··· Task input

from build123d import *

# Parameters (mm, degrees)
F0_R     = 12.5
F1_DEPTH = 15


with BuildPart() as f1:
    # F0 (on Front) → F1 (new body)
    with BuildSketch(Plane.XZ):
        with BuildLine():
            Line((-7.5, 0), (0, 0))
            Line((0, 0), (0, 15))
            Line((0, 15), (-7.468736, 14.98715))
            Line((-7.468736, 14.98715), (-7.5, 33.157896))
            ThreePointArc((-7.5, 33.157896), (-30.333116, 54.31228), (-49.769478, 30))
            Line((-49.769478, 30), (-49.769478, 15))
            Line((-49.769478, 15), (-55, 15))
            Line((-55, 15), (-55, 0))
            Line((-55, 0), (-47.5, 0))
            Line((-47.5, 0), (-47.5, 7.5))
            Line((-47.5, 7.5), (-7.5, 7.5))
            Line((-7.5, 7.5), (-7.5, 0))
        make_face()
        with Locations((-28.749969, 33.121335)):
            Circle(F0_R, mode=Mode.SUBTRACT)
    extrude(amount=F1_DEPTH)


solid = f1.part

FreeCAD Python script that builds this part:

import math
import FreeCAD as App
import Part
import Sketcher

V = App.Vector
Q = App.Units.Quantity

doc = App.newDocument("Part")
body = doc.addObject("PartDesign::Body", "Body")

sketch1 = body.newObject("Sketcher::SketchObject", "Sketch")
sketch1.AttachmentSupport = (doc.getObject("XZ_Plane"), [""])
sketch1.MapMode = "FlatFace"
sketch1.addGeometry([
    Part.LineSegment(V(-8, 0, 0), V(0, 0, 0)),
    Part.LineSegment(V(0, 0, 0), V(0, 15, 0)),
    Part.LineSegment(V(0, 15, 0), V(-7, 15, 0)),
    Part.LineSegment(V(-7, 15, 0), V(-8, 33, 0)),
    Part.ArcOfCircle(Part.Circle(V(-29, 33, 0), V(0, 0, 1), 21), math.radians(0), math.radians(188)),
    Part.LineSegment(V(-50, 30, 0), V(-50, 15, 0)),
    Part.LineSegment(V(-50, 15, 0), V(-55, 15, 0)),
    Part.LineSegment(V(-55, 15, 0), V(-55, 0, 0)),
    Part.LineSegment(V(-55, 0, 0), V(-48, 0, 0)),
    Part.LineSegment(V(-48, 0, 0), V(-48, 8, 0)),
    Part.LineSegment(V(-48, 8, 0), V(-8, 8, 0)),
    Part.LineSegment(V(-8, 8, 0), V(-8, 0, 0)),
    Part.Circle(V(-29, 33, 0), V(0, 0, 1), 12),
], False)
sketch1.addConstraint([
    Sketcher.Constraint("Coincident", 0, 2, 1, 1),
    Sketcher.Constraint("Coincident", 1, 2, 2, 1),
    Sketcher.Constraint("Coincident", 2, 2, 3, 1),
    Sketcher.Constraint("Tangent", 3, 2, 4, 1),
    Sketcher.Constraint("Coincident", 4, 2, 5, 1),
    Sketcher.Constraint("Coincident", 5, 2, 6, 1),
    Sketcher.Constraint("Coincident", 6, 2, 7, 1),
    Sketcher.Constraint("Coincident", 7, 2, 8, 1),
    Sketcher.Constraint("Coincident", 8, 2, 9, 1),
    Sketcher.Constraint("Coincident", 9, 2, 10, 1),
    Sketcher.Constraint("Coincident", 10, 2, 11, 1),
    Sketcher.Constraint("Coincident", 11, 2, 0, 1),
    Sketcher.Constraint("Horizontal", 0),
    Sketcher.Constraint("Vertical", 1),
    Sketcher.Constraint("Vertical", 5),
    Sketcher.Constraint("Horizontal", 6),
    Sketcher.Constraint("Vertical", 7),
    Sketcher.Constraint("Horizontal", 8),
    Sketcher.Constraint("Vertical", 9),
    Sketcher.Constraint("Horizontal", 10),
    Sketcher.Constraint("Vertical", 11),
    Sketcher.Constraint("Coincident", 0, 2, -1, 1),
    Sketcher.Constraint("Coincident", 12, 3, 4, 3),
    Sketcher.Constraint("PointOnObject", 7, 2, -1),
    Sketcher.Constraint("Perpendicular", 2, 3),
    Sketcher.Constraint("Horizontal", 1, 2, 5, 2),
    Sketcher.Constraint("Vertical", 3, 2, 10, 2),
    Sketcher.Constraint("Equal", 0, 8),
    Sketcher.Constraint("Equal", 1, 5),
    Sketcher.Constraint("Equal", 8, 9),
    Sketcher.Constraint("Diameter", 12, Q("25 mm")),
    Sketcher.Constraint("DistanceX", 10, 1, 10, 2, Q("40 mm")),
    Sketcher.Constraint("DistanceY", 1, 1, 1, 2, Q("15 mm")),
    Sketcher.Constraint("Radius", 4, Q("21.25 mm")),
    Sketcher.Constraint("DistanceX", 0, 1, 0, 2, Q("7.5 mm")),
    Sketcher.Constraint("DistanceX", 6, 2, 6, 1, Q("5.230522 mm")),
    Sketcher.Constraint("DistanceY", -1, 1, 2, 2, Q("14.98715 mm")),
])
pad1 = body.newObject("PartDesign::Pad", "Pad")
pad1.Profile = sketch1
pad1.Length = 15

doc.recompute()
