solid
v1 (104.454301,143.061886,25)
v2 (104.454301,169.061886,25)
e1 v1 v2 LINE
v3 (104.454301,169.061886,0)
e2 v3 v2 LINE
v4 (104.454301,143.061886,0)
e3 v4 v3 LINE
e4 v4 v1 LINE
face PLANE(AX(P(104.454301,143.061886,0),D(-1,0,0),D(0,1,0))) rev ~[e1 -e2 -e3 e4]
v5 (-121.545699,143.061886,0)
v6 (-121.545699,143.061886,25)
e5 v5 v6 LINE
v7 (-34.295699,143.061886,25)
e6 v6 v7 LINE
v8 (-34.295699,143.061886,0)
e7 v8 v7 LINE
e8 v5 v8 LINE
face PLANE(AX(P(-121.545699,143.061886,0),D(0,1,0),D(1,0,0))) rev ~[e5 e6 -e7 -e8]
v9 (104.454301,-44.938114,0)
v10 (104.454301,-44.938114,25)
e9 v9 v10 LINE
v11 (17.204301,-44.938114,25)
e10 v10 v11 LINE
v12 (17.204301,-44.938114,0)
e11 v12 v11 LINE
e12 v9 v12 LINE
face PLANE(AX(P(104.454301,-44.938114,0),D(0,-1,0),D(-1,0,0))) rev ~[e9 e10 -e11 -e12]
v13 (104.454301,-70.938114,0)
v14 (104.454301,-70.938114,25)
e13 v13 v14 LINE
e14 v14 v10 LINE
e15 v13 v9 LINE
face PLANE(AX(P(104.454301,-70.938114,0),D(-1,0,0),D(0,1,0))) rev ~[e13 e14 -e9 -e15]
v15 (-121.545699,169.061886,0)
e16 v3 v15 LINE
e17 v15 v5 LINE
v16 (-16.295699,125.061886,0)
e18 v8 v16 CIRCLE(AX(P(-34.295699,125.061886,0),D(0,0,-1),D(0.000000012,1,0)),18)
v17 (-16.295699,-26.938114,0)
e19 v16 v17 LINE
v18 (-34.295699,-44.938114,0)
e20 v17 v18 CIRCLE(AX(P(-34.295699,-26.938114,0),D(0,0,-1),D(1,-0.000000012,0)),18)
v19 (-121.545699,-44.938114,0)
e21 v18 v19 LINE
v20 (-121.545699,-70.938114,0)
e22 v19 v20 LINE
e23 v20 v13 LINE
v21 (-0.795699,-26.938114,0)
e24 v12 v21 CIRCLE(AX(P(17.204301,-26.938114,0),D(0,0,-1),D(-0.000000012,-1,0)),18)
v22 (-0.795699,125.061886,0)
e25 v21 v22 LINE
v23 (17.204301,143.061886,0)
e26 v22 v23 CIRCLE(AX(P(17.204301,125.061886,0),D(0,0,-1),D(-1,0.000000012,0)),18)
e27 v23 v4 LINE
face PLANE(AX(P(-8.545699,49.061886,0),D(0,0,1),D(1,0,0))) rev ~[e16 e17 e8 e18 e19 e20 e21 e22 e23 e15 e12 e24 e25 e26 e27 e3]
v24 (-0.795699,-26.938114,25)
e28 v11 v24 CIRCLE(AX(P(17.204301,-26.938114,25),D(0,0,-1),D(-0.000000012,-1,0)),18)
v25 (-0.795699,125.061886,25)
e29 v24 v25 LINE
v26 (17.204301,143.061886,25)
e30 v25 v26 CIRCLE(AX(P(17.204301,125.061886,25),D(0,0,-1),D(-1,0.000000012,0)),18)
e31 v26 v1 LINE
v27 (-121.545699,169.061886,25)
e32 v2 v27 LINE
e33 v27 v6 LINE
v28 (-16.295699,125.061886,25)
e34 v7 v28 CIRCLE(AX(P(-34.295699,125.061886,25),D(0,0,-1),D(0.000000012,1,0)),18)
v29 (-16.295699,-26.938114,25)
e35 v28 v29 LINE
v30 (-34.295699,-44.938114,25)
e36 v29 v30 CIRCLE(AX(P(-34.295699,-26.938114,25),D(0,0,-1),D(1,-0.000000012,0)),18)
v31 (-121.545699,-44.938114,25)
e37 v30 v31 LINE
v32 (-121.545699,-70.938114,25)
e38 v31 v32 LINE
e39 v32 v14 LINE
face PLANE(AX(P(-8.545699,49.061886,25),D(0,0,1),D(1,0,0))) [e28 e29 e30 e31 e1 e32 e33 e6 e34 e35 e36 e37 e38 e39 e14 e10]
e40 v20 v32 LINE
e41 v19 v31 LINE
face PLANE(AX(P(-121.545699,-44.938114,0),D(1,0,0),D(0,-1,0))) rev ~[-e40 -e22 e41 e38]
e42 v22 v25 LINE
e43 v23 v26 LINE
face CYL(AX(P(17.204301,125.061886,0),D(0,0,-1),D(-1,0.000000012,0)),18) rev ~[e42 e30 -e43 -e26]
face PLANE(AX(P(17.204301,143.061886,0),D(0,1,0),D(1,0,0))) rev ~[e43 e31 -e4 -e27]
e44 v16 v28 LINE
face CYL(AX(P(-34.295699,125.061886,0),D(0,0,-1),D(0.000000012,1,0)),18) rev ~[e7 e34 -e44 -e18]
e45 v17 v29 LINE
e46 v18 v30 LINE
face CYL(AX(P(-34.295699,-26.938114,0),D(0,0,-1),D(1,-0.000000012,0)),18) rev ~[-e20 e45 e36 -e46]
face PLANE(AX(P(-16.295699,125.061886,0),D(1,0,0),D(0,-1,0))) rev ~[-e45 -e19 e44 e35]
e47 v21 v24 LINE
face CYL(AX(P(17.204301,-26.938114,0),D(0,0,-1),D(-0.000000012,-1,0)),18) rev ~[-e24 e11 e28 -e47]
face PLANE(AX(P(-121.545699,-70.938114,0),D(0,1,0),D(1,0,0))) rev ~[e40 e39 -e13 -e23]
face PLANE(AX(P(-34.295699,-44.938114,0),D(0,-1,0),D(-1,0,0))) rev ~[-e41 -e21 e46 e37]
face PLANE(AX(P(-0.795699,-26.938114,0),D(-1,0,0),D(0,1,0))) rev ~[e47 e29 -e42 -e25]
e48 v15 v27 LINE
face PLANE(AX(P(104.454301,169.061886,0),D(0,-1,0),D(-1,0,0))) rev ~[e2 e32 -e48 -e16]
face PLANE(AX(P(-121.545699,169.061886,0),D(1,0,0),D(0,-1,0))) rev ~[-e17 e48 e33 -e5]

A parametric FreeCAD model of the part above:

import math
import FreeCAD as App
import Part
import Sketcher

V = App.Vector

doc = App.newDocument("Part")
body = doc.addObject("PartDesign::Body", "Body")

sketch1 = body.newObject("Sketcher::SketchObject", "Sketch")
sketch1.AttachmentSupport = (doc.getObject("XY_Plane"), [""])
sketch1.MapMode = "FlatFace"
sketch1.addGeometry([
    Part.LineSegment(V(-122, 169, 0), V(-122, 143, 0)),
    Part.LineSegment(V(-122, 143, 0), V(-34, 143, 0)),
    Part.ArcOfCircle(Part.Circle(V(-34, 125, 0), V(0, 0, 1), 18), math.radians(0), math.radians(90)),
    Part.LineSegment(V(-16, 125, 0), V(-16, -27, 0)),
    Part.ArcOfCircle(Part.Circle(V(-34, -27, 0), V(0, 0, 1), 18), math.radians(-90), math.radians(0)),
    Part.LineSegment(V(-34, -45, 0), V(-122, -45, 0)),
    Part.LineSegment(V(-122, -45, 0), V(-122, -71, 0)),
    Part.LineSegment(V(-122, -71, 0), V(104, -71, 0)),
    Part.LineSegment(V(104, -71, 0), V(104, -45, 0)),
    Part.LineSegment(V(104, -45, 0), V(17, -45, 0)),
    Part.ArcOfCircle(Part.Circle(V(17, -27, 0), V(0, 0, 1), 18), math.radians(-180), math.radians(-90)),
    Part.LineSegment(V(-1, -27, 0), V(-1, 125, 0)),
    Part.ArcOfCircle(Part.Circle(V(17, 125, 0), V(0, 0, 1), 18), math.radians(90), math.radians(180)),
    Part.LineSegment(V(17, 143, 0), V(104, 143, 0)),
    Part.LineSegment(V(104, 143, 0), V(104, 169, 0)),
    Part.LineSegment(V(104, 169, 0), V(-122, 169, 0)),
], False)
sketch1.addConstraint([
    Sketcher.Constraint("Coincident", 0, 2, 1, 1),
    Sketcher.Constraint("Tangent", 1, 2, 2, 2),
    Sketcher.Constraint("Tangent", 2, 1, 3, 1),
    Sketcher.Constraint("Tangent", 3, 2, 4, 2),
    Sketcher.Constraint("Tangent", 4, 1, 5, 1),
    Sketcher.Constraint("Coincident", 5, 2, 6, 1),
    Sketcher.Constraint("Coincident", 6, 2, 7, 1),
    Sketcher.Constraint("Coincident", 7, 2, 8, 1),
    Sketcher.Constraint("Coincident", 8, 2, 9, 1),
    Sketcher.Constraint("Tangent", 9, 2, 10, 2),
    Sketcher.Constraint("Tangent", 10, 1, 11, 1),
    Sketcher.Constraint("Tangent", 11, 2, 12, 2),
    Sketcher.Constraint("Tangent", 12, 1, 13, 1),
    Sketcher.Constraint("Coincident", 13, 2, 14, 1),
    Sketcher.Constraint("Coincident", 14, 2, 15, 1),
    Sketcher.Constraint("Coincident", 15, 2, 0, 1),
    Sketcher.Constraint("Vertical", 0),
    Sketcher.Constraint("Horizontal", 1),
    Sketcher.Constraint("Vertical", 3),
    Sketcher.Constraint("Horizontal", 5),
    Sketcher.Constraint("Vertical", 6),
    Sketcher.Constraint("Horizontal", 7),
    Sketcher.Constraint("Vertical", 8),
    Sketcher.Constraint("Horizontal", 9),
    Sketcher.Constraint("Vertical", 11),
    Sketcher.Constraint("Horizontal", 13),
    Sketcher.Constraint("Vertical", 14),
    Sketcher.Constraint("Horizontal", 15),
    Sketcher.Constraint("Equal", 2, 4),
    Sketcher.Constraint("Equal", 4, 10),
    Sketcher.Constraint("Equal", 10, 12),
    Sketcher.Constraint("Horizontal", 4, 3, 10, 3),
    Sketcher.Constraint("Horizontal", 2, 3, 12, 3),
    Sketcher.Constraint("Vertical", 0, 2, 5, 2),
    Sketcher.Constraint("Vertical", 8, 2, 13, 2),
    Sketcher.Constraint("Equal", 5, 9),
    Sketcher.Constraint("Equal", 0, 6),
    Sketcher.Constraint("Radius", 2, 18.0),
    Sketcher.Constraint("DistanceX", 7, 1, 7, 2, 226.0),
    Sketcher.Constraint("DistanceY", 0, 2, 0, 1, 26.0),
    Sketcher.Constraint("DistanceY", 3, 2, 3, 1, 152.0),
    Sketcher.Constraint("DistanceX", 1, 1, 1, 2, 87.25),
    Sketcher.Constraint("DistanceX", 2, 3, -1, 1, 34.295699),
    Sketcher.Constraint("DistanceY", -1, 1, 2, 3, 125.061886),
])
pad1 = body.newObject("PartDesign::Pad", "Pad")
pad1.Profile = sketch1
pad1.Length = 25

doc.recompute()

······

Quote, with nothing altered, all lines from the start of the entries to the line that carries "Circle(F0_R, mode=Mode.SUBTRACT)", inclusive.

from build123d import *

# Parameters (mm, degrees)
F0_R     = 12.5
F1_DEPTH = 15


with BuildPart() as f1:
    # F0 (on Front) → F1 (new body)
    with BuildSketch(Plane.XZ):
        with BuildLine():
            Line((-7.5, 0), (0, 0))
            Line((0, 0), (0, 15))
            Line((0, 15), (-7.468736, 14.98715))
            Line((-7.468736, 14.98715), (-7.5, 33.157896))
            ThreePointArc((-7.5, 33.157896), (-30.333116, 54.31228), (-49.769478, 30))
            Line((-49.769478, 30), (-49.769478, 15))
            Line((-49.769478, 15), (-55, 15))
            Line((-55, 15), (-55, 0))
            Line((-55, 0), (-47.5, 0))
            Line((-47.5, 0), (-47.5, 7.5))
            Line((-47.5, 7.5), (-7.5, 7.5))
            Line((-7.5, 7.5), (-7.5, 0))
        make_face()
        with Locations((-28.749969, 33.121335)):
            Circle(F0_R, mode=Mode.SUBTRACT)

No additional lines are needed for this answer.